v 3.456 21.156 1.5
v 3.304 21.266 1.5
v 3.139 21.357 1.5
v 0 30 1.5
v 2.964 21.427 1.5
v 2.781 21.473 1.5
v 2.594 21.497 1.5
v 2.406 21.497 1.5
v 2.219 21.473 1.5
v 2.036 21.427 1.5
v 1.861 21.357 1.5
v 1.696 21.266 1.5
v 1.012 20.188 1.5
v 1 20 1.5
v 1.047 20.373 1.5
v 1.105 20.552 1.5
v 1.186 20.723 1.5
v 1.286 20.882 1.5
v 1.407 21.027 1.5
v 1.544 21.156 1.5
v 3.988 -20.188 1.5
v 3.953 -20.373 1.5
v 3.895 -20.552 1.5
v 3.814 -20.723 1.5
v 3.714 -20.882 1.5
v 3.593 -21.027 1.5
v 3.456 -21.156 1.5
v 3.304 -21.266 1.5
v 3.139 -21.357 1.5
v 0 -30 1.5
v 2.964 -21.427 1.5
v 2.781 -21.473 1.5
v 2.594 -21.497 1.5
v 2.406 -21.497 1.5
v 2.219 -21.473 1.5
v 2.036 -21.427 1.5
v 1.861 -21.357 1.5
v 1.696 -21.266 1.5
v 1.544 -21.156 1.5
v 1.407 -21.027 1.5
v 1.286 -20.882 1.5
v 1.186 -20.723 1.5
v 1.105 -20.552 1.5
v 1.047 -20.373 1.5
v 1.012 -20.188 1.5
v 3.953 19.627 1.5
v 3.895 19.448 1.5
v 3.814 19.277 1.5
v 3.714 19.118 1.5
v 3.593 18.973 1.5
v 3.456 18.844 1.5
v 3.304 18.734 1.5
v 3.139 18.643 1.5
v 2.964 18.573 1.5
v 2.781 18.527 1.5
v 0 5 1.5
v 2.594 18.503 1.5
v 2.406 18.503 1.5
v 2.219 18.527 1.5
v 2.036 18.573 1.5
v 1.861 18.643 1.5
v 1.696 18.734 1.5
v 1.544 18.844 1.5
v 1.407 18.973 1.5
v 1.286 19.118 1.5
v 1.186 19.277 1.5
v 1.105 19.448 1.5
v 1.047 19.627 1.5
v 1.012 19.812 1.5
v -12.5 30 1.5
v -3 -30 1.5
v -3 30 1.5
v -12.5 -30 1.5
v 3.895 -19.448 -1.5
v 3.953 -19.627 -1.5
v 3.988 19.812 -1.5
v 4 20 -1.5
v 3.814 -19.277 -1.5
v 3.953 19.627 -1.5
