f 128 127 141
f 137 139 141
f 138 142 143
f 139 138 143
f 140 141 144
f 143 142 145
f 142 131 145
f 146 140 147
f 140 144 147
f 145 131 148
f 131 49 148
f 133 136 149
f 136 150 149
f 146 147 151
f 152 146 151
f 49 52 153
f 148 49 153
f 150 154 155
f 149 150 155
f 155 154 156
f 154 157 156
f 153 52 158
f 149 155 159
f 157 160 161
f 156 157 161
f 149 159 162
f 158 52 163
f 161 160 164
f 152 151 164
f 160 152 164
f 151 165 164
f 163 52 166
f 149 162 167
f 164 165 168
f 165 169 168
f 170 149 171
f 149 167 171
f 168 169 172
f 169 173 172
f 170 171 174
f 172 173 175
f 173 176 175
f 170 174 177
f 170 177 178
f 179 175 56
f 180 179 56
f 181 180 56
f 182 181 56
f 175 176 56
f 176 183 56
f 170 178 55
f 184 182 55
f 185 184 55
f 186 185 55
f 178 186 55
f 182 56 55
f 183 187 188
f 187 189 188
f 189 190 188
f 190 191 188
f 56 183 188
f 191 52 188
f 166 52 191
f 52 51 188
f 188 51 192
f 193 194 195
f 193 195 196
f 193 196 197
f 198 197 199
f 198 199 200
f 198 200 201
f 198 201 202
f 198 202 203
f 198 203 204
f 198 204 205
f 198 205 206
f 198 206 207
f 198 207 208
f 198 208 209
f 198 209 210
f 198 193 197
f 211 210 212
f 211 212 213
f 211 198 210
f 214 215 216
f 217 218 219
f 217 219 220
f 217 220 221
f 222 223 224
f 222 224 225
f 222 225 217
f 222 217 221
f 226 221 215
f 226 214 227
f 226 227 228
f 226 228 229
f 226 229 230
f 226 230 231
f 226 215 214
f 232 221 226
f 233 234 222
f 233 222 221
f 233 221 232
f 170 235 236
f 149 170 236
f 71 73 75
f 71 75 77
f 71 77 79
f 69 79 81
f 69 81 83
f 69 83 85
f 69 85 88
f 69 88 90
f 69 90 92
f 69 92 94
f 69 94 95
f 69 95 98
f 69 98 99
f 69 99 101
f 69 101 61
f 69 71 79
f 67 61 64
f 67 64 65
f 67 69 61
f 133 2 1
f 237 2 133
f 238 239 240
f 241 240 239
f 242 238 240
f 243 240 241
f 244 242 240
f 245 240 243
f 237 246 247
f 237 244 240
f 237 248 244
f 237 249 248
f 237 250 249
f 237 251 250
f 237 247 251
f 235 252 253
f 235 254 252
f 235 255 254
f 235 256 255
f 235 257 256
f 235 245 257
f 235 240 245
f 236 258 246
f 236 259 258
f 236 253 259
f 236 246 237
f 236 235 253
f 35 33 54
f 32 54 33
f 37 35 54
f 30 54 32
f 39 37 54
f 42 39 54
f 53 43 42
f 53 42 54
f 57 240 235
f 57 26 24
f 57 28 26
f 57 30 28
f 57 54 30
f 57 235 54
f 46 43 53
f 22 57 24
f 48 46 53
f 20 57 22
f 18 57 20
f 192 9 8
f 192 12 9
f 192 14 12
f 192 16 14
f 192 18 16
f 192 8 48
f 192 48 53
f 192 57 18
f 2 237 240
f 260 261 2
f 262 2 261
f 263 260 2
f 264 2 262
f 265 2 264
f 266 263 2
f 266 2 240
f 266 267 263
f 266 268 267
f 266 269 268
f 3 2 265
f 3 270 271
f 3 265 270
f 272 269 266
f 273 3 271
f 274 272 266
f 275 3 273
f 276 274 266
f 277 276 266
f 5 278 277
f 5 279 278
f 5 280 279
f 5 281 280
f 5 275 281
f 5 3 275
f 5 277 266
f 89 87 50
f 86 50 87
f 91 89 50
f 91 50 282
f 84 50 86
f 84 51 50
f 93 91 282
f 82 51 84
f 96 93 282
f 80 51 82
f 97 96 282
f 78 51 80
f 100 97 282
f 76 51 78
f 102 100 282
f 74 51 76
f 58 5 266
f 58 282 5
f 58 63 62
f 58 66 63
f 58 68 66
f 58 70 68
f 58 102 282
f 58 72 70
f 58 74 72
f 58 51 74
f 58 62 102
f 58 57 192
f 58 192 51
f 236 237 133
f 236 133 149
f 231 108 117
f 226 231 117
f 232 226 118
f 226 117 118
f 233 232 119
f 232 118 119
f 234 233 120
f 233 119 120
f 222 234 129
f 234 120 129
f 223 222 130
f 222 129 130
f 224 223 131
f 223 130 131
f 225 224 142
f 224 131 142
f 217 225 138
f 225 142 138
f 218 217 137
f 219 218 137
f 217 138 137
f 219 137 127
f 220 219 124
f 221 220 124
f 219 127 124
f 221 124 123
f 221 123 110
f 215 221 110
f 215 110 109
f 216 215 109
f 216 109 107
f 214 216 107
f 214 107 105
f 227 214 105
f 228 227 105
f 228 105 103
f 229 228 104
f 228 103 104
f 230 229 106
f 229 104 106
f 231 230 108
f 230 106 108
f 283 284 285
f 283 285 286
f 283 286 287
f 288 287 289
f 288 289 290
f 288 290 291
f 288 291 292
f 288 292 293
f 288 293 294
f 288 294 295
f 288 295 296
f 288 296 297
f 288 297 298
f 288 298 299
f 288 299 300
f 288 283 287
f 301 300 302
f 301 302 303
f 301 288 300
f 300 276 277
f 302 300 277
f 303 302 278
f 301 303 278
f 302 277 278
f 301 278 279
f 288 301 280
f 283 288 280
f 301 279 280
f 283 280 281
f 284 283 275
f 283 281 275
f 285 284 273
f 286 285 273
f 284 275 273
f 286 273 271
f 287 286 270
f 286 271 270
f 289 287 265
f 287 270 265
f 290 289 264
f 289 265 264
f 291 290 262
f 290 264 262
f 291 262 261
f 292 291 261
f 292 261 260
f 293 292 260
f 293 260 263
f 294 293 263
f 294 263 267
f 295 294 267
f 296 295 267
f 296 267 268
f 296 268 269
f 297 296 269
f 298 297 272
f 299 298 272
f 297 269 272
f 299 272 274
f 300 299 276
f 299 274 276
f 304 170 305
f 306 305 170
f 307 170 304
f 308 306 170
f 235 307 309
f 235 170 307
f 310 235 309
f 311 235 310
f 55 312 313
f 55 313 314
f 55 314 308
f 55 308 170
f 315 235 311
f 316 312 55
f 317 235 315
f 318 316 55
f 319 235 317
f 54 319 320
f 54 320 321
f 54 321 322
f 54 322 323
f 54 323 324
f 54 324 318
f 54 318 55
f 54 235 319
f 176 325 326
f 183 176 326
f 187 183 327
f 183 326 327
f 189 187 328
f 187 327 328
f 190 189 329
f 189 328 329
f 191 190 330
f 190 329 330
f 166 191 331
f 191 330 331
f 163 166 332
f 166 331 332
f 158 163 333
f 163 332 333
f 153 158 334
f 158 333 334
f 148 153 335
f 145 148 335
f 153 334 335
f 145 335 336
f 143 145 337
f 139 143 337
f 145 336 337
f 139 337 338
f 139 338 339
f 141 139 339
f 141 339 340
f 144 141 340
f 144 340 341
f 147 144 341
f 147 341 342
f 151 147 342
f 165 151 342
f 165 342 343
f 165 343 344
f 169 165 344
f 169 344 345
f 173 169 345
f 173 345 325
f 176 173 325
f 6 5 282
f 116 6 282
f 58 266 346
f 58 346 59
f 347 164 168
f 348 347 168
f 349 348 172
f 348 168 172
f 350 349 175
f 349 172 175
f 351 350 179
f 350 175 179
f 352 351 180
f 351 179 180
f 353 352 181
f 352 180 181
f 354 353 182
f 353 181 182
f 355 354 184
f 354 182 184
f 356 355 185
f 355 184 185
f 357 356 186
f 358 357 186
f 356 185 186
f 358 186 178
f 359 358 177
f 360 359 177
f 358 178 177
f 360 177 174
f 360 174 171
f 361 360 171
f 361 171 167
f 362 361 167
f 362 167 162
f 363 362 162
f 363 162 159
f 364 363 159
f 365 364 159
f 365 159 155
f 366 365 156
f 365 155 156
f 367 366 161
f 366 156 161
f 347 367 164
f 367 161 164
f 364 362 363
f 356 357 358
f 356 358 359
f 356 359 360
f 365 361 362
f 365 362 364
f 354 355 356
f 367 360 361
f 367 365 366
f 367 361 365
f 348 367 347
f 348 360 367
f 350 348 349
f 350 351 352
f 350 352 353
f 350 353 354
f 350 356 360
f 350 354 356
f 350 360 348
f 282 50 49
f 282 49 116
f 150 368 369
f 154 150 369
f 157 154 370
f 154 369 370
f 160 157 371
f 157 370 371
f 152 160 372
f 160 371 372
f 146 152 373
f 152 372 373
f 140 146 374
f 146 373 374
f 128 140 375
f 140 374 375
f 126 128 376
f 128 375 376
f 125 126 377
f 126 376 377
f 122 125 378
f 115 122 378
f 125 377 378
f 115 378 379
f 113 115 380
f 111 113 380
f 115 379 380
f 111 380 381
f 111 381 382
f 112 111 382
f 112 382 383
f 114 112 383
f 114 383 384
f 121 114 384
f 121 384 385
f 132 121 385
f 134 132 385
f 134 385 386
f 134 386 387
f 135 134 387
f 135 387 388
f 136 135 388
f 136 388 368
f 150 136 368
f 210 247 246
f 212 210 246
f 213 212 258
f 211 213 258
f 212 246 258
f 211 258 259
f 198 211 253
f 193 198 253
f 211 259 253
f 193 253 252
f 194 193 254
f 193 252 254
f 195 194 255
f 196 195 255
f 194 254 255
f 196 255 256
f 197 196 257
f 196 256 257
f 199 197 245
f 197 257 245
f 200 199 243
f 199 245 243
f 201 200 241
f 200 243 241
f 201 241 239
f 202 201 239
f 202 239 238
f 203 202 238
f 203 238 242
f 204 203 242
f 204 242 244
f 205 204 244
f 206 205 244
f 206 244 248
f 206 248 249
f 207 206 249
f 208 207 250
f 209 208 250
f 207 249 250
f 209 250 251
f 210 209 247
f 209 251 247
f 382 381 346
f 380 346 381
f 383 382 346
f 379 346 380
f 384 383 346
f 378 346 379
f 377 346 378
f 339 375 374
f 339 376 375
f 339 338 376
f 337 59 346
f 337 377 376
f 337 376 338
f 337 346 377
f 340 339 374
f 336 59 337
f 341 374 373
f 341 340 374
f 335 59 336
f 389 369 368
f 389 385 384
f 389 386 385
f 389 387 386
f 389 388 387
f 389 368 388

◇ ◇ ◇

- Directions for this task
The range runs from the line with "f 350 356 360" up to and including the line with "f 389 387 386" in the listing above; please write out exactly those lines and nothing more.

- Written response
f 350 356 360
f 350 354 356
f 350 360 348
f 282 50 49
f 282 49 116
f 150 368 369
f 154 150 369
f 157 154 370
f 154 369 370
f 160 157 371
f 157 370 371
f 152 160 372
f 160 371 372
f 146 152 373
f 152 372 373
f 140 146 374
f 146 373 374
f 128 140 375
f 140 374 375
f 126 128 376
f 128 375 376
f 125 126 377
f 126 376 377
f 122 125 378
f 115 122 378
f 125 377 378
f 115 378 379
f 113 115 380
f 111 113 380
f 115 379 380
f 111 380 381
f 111 381 382
f 112 111 382
f 112 382 383
f 114 112 383
f 114 383 384
f 121 114 384
f 121 384 385
f 132 121 385
f 134 132 385
f 134 385 386
f 134 386 387
f 135 134 387
f 135 387 388
f 136 135 388
f 136 388 368
f 150 136 368
f 210 247 246
f 212 210 246
f 213 212 258
f 211 213 258
f 212 246 258
f 211 258 259
f 198 211 253
f 193 198 253
f 211 259 253
f 193 253 252
f 194 193 254
f 193 252 254
f 195 194 255
f 196 195 255
f 194 254 255
f 196 255 256
f 197 196 257
f 196 256 257
f 199 197 245
f 197 257 245
f 200 199 243
f 199 245 243
f 201 200 241
f 200 243 241
f 201 241 239
f 202 201 239
f 202 239 238
f 203 202 238
f 203 238 242
f 204 203 242
f 204 242 244
f 205 204 244
f 206 205 244
f 206 244 248
f 206 248 249
f 207 206 249
f 208 207 250
f 209 208 250
f 207 249 250
f 209 250 251
f 210 209 247
f 209 251 247
f 382 381 346
f 380 346 381
f 383 382 346
f 379 346 380
f 384 383 346
f 378 346 379
f 377 346 378
f 339 375 374
f 339 376 375
f 339 338 376
f 337 59 346
f 337 377 376
f 337 376 338
f 337 346 377
f 340 339 374
f 336 59 337
f 341 374 373
f 341 340 374
f 335 59 336
f 389 369 368
f 389 385 384
f 389 386 385
f 389 387 386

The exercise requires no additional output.